7. Right to Get Notice of a Breach. If there is a breach of any of your unsecured PHI, you have the right to be notified.
8. Right to a Paper Copy of this Notice. You have a right to receive a paper copy of this Notice at any time. You are entitled to a paper copy of this Notice even if you have previously agreed to receive this Notice electronically. To obtain a paper copy of this Notice, please contact our Privacy Officer.
9. Right to Choose Someone to Act for You.

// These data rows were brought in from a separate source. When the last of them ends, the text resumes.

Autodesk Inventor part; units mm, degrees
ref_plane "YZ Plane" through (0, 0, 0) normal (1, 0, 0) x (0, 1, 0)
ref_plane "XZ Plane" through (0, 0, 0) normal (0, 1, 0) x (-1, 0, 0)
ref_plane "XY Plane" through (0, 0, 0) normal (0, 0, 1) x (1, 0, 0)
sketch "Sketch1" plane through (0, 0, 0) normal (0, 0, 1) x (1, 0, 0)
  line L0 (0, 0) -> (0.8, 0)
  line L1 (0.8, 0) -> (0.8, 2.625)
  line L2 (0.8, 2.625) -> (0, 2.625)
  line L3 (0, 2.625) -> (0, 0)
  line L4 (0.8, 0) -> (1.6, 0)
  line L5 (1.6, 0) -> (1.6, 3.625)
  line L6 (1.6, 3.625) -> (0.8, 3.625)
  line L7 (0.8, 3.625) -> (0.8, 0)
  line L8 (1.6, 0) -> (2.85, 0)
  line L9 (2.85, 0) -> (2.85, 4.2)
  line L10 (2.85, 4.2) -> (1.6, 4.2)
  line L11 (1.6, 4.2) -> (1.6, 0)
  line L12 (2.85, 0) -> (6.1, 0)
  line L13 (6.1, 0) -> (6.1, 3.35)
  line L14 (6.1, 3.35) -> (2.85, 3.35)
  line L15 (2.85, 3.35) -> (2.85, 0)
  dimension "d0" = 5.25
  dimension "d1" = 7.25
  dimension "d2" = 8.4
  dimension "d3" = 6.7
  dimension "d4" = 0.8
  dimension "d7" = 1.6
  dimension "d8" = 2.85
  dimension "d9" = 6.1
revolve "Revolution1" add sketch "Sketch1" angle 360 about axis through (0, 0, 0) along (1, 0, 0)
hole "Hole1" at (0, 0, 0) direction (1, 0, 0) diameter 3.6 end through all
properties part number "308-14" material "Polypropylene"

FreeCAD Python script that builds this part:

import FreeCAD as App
import Part
import Sketcher

V = App.Vector


def add_polygon(sketch, points):
    """Adds a closed chain of lines whose ends are joined by coincident constraints."""
    first, n = sketch.GeometryCount, len(points)
    for a, b in zip(points, points[1:] + points[:1]):
        sketch.addGeometry(Part.LineSegment(App.Vector(*a, 0), App.Vector(*b, 0)), False)
    for i in range(n):
        sketch.addConstraint(Sketcher.Constraint("Coincident", first + i, 2, first + (i + 1) % n, 1))

doc = App.newDocument("Part")
params = doc.addObject("Spreadsheet::Sheet", "Params")
for row, (alias, value) in enumerate([
    ("sketch1_width", "6.1 mm"),
    ("sketch1_width2", "0.8 mm"),
    ("sketch1_height", "1 mm"),
    ("sketch1_height2", "3.35 mm"),
    ("sketch1_height3", "0.85 mm"),
    ("revolution_angle", "360 deg"),
    ("sketch2_diameter", "3.6 mm"),
    ("hole_diameter", "3.6 mm"),
], start=1):
    params.set(f"A{row}", alias)
    params.set(f"B{row}", "=" + value)
    params.setAlias(f"B{row}", alias)

body = doc.addObject("PartDesign::Body", "Body")

# Sketch on XY plane
sketch1 = body.newObject("Sketcher::SketchObject", "Sketch")
sketch1.AttachmentSupport = (doc.getObject("XY_Plane"), [""])
sketch1.MapMode = "FlatFace"
add_polygon(sketch1, [(0, 2.6), (0, 0), (6.1, 0), (6.1, 3.4), (2.9, 3.4), (2.9, 4.2), (1.6, 4.2), (1.6, 3.6), (0.8, 3.6), (0.8, 2.6)])  # lines 0-9
sketch1.addConstraint([
    Sketcher.Constraint("Vertical", 0),
    Sketcher.Constraint("Horizontal", 1),
    Sketcher.Constraint("Vertical", 2),
    Sketcher.Constraint("Horizontal", 3),
    Sketcher.Constraint("Vertical", 4),
    Sketcher.Constraint("Horizontal", 5),
    Sketcher.Constraint("Vertical", 6),
    Sketcher.Constraint("Horizontal", 7),
    Sketcher.Constraint("Vertical", 8),
    Sketcher.Constraint("Horizontal", 9),
    Sketcher.Constraint("Coincident", 0, 2, -1, 1),
    Sketcher.Constraint("Equal", 7, 9),
    Sketcher.Constraint("DistanceX", 1, 1, 1, 2, 6.1),
    Sketcher.Constraint("DistanceX", 7, 2, 7, 1, 0.8),
    Sketcher.Constraint("DistanceY", 8, 2, 8, 1, 1.0),
    Sketcher.Constraint("DistanceX", -1, 1, 3, 2, 2.85),
    Sketcher.Constraint("DistanceY", 2, 1, 2, 2, 3.35),
    Sketcher.Constraint("DistanceY", 4, 1, 4, 2, 0.85),
    Sketcher.Constraint("DistanceY", 0, 2, 0, 1, 2.625),
])
sketch1.setExpression("Constraints[22]", "Params.sketch1_width")
sketch1.setExpression("Constraints[23]", "Params.sketch1_width2")
sketch1.setExpression("Constraints[24]", "Params.sketch1_height")
sketch1.setExpression("Constraints[26]", "Params.sketch1_height2")
sketch1.setExpression("Constraints[27]", "Params.sketch1_height3")
revolution = body.newObject("PartDesign::Revolution", "Revolution")
revolution.Profile = sketch1
revolution.ReferenceAxis = (sketch1, ["H_Axis"])
revolution.setExpression("Angle", "Params.revolution_angle")

# Sketch on YZ plane
sketch2 = body.newObject("Sketcher::SketchObject", "Sketch001")
sketch2.AttachmentSupport = (doc.getObject("YZ_Plane"), [""])
sketch2.MapMode = "FlatFace"
sketch2.addGeometry(Part.Circle(V(0, 0, 0), V(0, 0, 1), 1.8), False)
sketch2.addConstraint([
    Sketcher.Constraint("Coincident", 0, 3, -1, 1),
    Sketcher.Constraint("Diameter", 0, 3.6),
])
sketch2.setExpression("Constraints[1]", "Params.sketch2_diameter")
doc.recompute()
hole = body.newObject("PartDesign::Hole", "Hole")
hole.Profile = sketch2
hole.ThreadType = "None"
hole.setExpression("Diameter", "Params.hole_diameter")
hole.DepthType = "ThroughAll"
hole.Reversed = True

doc.recompute()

If you have given someone medical power of attorney or if someone is your legal guardian, that person can exercise your rights and make choices about your PHI. We will make sure that the person has this authority and can legally act for you before we take any action. Then you may complete a Healthcare Proxy Attestation to authorize this person to act for you.
If you believe your privacy rights have been violated, you may file a complaint with us, or the Secretary of the United States, Department of Health and Human Services. To file a complaint with our office, please contact our Privacy Officer.
To file a complaint with the U.S. Department of Health and Human Services Office for Civil Rights, send a letter to 200 Independence Avenue, S.W., Washington, D.C. 20201 or call 1-877-696-6775 or visit www.hhs.gov/ocr/privacy/hipaa/complaints/.
We will not take action against you or retaliate against you in any way for filing a complaint.
If you have any questions or need additional information about this Notice, please contact our Privacy Officer.
You may contact our Privacy Officer at the following address and phone number:
Krystle Cable
10025 West Markham, Suite 150
501-663-5473
krystlec@lhsoutheast.com
EFFECTIVE DATE: This notice was published and first became effective on 10/01/13.